[Dataset entries]
++++
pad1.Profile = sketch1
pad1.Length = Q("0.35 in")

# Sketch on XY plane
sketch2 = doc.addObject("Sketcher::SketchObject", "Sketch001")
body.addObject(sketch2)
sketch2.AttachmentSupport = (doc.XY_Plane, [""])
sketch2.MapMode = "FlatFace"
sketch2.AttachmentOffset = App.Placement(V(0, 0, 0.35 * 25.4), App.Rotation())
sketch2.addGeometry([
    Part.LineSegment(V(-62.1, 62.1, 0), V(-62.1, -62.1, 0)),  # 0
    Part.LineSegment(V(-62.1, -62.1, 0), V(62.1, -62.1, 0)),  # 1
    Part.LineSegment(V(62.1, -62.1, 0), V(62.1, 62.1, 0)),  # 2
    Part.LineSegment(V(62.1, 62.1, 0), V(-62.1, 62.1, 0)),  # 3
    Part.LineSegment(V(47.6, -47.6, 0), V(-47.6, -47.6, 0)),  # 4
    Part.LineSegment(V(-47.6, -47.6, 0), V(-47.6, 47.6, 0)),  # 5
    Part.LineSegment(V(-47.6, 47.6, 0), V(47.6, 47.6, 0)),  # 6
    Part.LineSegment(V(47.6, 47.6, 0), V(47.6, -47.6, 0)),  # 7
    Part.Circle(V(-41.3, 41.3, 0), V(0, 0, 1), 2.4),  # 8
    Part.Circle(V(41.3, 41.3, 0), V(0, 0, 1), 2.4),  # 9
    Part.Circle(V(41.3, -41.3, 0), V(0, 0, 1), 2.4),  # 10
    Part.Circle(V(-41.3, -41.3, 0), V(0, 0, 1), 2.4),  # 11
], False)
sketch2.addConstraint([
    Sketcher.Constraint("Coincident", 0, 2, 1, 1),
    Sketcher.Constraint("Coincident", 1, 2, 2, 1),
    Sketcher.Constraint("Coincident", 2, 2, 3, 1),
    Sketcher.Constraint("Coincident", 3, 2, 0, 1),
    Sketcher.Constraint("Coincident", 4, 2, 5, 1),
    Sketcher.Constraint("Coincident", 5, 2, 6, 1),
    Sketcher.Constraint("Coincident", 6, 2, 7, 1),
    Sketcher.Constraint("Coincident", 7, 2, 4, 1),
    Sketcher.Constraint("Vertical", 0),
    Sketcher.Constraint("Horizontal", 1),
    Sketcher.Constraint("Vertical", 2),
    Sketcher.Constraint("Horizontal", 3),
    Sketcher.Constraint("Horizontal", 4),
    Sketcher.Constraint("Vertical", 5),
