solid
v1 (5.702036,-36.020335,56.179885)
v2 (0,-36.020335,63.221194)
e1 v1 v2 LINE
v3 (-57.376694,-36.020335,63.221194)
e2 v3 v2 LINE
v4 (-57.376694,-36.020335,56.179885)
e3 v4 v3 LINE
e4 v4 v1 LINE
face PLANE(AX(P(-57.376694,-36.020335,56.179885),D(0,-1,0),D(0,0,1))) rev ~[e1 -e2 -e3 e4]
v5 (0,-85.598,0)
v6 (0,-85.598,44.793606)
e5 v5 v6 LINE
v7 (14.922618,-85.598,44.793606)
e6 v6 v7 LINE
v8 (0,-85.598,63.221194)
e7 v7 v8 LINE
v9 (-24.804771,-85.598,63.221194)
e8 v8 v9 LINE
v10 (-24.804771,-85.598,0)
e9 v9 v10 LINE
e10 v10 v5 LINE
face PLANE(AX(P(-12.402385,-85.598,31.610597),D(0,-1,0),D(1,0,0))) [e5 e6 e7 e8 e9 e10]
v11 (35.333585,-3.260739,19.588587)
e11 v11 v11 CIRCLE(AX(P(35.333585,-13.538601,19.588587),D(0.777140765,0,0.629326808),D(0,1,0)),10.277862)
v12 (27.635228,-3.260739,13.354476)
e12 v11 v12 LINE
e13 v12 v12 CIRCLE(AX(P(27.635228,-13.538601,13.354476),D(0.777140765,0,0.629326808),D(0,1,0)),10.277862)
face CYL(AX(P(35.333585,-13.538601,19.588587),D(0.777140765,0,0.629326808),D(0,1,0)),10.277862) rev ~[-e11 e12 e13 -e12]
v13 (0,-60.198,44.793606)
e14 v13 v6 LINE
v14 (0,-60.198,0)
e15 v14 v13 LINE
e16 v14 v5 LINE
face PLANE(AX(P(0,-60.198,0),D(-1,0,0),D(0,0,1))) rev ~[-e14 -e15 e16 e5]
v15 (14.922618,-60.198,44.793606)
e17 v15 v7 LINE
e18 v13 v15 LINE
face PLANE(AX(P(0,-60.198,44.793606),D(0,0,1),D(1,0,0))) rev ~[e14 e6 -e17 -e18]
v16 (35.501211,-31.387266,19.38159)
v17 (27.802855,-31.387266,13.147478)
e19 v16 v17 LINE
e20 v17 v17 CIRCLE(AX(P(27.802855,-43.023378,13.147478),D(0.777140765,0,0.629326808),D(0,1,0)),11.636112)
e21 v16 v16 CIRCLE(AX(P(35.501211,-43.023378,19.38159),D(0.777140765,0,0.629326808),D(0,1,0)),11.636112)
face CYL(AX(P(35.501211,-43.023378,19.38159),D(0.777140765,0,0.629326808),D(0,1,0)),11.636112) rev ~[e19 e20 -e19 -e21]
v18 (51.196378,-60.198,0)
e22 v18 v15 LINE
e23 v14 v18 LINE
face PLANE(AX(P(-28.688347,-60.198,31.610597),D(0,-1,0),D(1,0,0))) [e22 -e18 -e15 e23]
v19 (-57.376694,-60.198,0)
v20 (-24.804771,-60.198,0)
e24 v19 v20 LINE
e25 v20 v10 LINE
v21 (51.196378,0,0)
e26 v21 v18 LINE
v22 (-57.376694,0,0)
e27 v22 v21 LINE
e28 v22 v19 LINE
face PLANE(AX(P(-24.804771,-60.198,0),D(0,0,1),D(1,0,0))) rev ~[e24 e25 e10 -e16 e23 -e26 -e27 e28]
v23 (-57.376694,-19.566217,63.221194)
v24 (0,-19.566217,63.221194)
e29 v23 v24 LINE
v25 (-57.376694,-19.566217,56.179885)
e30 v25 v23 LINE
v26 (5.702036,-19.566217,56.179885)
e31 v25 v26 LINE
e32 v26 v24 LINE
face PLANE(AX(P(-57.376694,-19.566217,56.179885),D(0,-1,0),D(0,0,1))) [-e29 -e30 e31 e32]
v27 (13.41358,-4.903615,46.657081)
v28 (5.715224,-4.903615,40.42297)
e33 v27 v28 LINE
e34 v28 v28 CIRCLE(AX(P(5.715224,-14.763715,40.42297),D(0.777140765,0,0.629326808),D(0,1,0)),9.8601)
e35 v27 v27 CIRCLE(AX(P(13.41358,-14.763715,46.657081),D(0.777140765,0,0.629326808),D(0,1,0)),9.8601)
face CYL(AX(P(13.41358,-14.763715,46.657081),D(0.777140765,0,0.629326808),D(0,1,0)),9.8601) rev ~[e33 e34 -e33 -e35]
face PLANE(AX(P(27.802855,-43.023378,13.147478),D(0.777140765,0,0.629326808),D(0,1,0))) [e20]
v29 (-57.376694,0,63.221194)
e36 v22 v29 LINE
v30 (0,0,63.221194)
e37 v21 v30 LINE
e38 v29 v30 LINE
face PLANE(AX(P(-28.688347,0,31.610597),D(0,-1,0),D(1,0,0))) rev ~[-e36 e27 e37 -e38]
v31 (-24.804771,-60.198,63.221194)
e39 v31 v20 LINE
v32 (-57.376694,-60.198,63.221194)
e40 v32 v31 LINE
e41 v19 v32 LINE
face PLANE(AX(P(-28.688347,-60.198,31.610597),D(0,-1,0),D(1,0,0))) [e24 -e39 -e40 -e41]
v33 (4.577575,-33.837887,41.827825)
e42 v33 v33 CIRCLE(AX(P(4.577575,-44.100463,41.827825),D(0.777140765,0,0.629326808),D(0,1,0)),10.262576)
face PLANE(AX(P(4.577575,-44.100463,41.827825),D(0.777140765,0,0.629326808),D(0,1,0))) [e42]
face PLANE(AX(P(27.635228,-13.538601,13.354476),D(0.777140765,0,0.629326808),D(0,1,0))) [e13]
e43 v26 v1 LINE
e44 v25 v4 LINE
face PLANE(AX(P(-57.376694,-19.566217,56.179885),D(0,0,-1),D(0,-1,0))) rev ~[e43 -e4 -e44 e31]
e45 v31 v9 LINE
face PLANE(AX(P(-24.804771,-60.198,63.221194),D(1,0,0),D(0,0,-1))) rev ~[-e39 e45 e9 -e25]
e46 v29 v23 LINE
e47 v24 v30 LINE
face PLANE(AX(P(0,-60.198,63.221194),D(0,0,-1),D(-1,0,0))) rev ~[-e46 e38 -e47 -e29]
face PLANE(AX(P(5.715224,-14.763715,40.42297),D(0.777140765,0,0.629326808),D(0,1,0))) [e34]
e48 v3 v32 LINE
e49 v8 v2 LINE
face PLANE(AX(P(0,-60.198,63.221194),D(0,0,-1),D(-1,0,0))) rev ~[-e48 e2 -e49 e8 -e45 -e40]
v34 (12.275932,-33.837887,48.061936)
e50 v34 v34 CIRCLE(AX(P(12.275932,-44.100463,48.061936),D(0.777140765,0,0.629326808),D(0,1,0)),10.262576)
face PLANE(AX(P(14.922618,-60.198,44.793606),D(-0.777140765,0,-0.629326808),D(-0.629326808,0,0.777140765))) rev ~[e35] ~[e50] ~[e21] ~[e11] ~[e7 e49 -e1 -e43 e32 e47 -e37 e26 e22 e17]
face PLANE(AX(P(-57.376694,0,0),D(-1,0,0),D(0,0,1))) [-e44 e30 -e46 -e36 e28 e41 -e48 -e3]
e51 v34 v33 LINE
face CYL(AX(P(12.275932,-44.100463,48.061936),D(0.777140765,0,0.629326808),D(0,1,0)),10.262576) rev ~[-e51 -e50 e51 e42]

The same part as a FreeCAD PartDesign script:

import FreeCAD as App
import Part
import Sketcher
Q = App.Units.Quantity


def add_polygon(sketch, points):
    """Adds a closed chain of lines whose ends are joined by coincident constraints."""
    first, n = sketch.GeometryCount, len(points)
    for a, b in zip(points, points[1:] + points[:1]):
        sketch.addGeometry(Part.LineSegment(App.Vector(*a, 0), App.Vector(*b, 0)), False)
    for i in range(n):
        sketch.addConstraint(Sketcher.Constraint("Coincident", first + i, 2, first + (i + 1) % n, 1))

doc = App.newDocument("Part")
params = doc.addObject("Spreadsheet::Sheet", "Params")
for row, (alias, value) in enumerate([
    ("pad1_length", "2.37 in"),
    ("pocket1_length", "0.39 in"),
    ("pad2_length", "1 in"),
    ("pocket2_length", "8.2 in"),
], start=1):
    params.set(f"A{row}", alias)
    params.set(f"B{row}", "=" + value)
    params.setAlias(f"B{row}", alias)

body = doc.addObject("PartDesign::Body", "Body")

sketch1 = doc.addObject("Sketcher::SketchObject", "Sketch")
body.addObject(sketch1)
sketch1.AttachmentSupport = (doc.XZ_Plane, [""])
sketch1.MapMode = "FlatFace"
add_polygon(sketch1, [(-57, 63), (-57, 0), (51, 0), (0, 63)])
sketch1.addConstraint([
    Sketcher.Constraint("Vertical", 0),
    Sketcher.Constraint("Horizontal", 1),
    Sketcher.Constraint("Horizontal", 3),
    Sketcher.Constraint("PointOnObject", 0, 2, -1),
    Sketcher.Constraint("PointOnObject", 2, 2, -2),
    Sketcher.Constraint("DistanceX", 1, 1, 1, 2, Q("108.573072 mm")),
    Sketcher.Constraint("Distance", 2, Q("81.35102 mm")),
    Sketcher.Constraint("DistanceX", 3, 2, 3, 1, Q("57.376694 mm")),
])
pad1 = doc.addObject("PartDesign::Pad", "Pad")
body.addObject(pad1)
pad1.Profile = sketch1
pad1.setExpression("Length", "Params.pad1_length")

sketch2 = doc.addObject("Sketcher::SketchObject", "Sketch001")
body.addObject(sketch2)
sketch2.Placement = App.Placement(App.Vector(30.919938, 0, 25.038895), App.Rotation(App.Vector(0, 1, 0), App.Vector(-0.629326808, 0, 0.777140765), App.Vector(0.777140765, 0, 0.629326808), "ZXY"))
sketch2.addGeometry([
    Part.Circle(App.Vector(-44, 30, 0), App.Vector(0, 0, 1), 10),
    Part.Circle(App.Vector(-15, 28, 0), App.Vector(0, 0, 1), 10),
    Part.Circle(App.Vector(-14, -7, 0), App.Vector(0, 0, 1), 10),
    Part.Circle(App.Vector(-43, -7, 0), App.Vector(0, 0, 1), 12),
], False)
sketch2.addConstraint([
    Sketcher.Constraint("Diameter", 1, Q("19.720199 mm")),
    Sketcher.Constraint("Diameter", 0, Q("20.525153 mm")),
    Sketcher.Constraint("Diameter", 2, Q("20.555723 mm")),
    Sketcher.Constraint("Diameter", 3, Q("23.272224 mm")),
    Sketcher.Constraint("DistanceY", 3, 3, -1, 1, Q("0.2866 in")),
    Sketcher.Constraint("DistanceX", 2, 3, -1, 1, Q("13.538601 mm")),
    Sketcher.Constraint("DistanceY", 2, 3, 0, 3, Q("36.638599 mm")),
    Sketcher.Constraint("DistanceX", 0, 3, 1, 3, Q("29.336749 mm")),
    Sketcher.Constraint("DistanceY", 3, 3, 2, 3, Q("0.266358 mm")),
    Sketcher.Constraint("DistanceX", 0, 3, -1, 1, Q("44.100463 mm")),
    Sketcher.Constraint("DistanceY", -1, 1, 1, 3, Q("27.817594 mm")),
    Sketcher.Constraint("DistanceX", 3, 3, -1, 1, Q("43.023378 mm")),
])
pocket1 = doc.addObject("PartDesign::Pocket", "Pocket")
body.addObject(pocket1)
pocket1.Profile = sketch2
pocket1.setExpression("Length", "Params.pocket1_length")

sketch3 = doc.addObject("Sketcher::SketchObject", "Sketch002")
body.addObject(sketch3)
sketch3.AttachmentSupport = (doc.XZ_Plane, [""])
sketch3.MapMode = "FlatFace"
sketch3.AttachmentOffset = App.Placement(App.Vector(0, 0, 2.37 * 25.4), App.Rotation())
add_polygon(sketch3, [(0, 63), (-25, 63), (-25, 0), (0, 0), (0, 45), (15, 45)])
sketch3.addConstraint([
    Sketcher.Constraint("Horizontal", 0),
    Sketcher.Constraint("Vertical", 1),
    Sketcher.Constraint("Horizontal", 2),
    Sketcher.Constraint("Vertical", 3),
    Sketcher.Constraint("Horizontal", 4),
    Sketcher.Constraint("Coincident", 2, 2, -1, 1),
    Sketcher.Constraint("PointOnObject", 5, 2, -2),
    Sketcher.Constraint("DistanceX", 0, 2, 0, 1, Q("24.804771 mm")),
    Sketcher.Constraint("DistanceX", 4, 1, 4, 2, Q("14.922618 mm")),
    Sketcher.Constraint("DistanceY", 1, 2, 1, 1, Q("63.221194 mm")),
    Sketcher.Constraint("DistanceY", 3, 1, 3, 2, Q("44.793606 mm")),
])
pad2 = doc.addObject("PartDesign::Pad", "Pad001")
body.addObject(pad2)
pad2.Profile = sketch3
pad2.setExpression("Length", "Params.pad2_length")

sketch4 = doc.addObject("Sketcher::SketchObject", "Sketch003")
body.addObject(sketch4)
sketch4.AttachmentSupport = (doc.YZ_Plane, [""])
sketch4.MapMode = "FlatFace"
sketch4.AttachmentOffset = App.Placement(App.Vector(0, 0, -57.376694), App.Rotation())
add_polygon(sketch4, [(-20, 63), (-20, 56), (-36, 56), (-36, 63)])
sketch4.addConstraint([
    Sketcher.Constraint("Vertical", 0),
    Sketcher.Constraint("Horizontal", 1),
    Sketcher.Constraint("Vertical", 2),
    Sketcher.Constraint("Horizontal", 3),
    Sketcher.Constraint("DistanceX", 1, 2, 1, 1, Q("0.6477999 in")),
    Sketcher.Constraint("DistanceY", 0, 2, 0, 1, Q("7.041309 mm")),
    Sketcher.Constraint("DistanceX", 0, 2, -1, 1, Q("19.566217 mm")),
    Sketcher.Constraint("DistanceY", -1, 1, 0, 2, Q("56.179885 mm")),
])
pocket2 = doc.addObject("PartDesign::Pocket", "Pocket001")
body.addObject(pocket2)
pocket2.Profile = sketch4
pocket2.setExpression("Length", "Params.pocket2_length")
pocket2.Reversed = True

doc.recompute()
++++
* [Task to carry out]
Above are the entries. Quote exactly the lines from the one bearing "e7 v7 v8 LINE" through the one bearing "e33 v27 v28 LINE".

* [Exercise result]
e7 v7 v8 LINE
v9 (-24.804771,-85.598,63.221194)
e8 v8 v9 LINE
v10 (-24.804771,-85.598,0)
e9 v9 v10 LINE
e10 v10 v5 LINE
face PLANE(AX(P(-12.402385,-85.598,31.610597),D(0,-1,0),D(1,0,0))) [e5 e6 e7 e8 e9 e10]
v11 (35.333585,-3.260739,19.588587)
e11 v11 v11 CIRCLE(AX(P(35.333585,-13.538601,19.588587),D(0.777140765,0,0.629326808),D(0,1,0)),10.277862)
v12 (27.635228,-3.260739,13.354476)
e12 v11 v12 LINE
e13 v12 v12 CIRCLE(AX(P(27.635228,-13.538601,13.354476),D(0.777140765,0,0.629326808),D(0,1,0)),10.277862)
face CYL(AX(P(35.333585,-13.538601,19.588587),D(0.777140765,0,0.629326808),D(0,1,0)),10.277862) rev ~[-e11 e12 e13 -e12]
v13 (0,-60.198,44.793606)
e14 v13 v6 LINE
v14 (0,-60.198,0)
e15 v14 v13 LINE
e16 v14 v5 LINE
face PLANE(AX(P(0,-60.198,0),D(-1,0,0),D(0,0,1))) rev ~[-e14 -e15 e16 e5]
v15 (14.922618,-60.198,44.793606)
e17 v15 v7 LINE
e18 v13 v15 LINE
face PLANE(AX(P(0,-60.198,44.793606),D(0,0,1),D(1,0,0))) rev ~[e14 e6 -e17 -e18]
v16 (35.501211,-31.387266,19.38159)
v17 (27.802855,-31.387266,13.147478)
e19 v16 v17 LINE
e20 v17 v17 CIRCLE(AX(P(27.802855,-43.023378,13.147478),D(0.777140765,0,0.629326808),D(0,1,0)),11.636112)
e21 v16 v16 CIRCLE(AX(P(35.501211,-43.023378,19.38159),D(0.777140765,0,0.629326808),D(0,1,0)),11.636112)
face CYL(AX(P(35.501211,-43.023378,19.38159),D(0.777140765,0,0.629326808),D(0,1,0)),11.636112) rev ~[e19 e20 -e19 -e21]
v18 (51.196378,-60.198,0)
e22 v18 v15 LINE
e23 v14 v18 LINE
face PLANE(AX(P(-28.688347,-60.198,31.610597),D(0,-1,0),D(1,0,0))) [e22 -e18 -e15 e23]
v19 (-57.376694,-60.198,0)
v20 (-24.804771,-60.198,0)
e24 v19 v20 LINE
e25 v20 v10 LINE
v21 (51.196378,0,0)
e26 v21 v18 LINE
v22 (-57.376694,0,0)
e27 v22 v21 LINE
e28 v22 v19 LINE
face PLANE(AX(P(-24.804771,-60.198,0),D(0,0,1),D(1,0,0))) rev ~[e24 e25 e10 -e16 e23 -e26 -e27 e28]
v23 (-57.376694,-19.566217,63.221194)
v24 (0,-19.566217,63.221194)
e29 v23 v24 LINE
v25 (-57.376694,-19.566217,56.179885)
e30 v25 v23 LINE
v26 (5.702036,-19.566217,56.179885)
e31 v25 v26 LINE
e32 v26 v24 LINE
face PLANE(AX(P(-57.376694,-19.566217,56.179885),D(0,-1,0),D(0,0,1))) [-e29 -e30 e31 e32]
v27 (13.41358,-4.903615,46.657081)
v28 (5.715224,-4.903615,40.42297)
e33 v27 v28 LINE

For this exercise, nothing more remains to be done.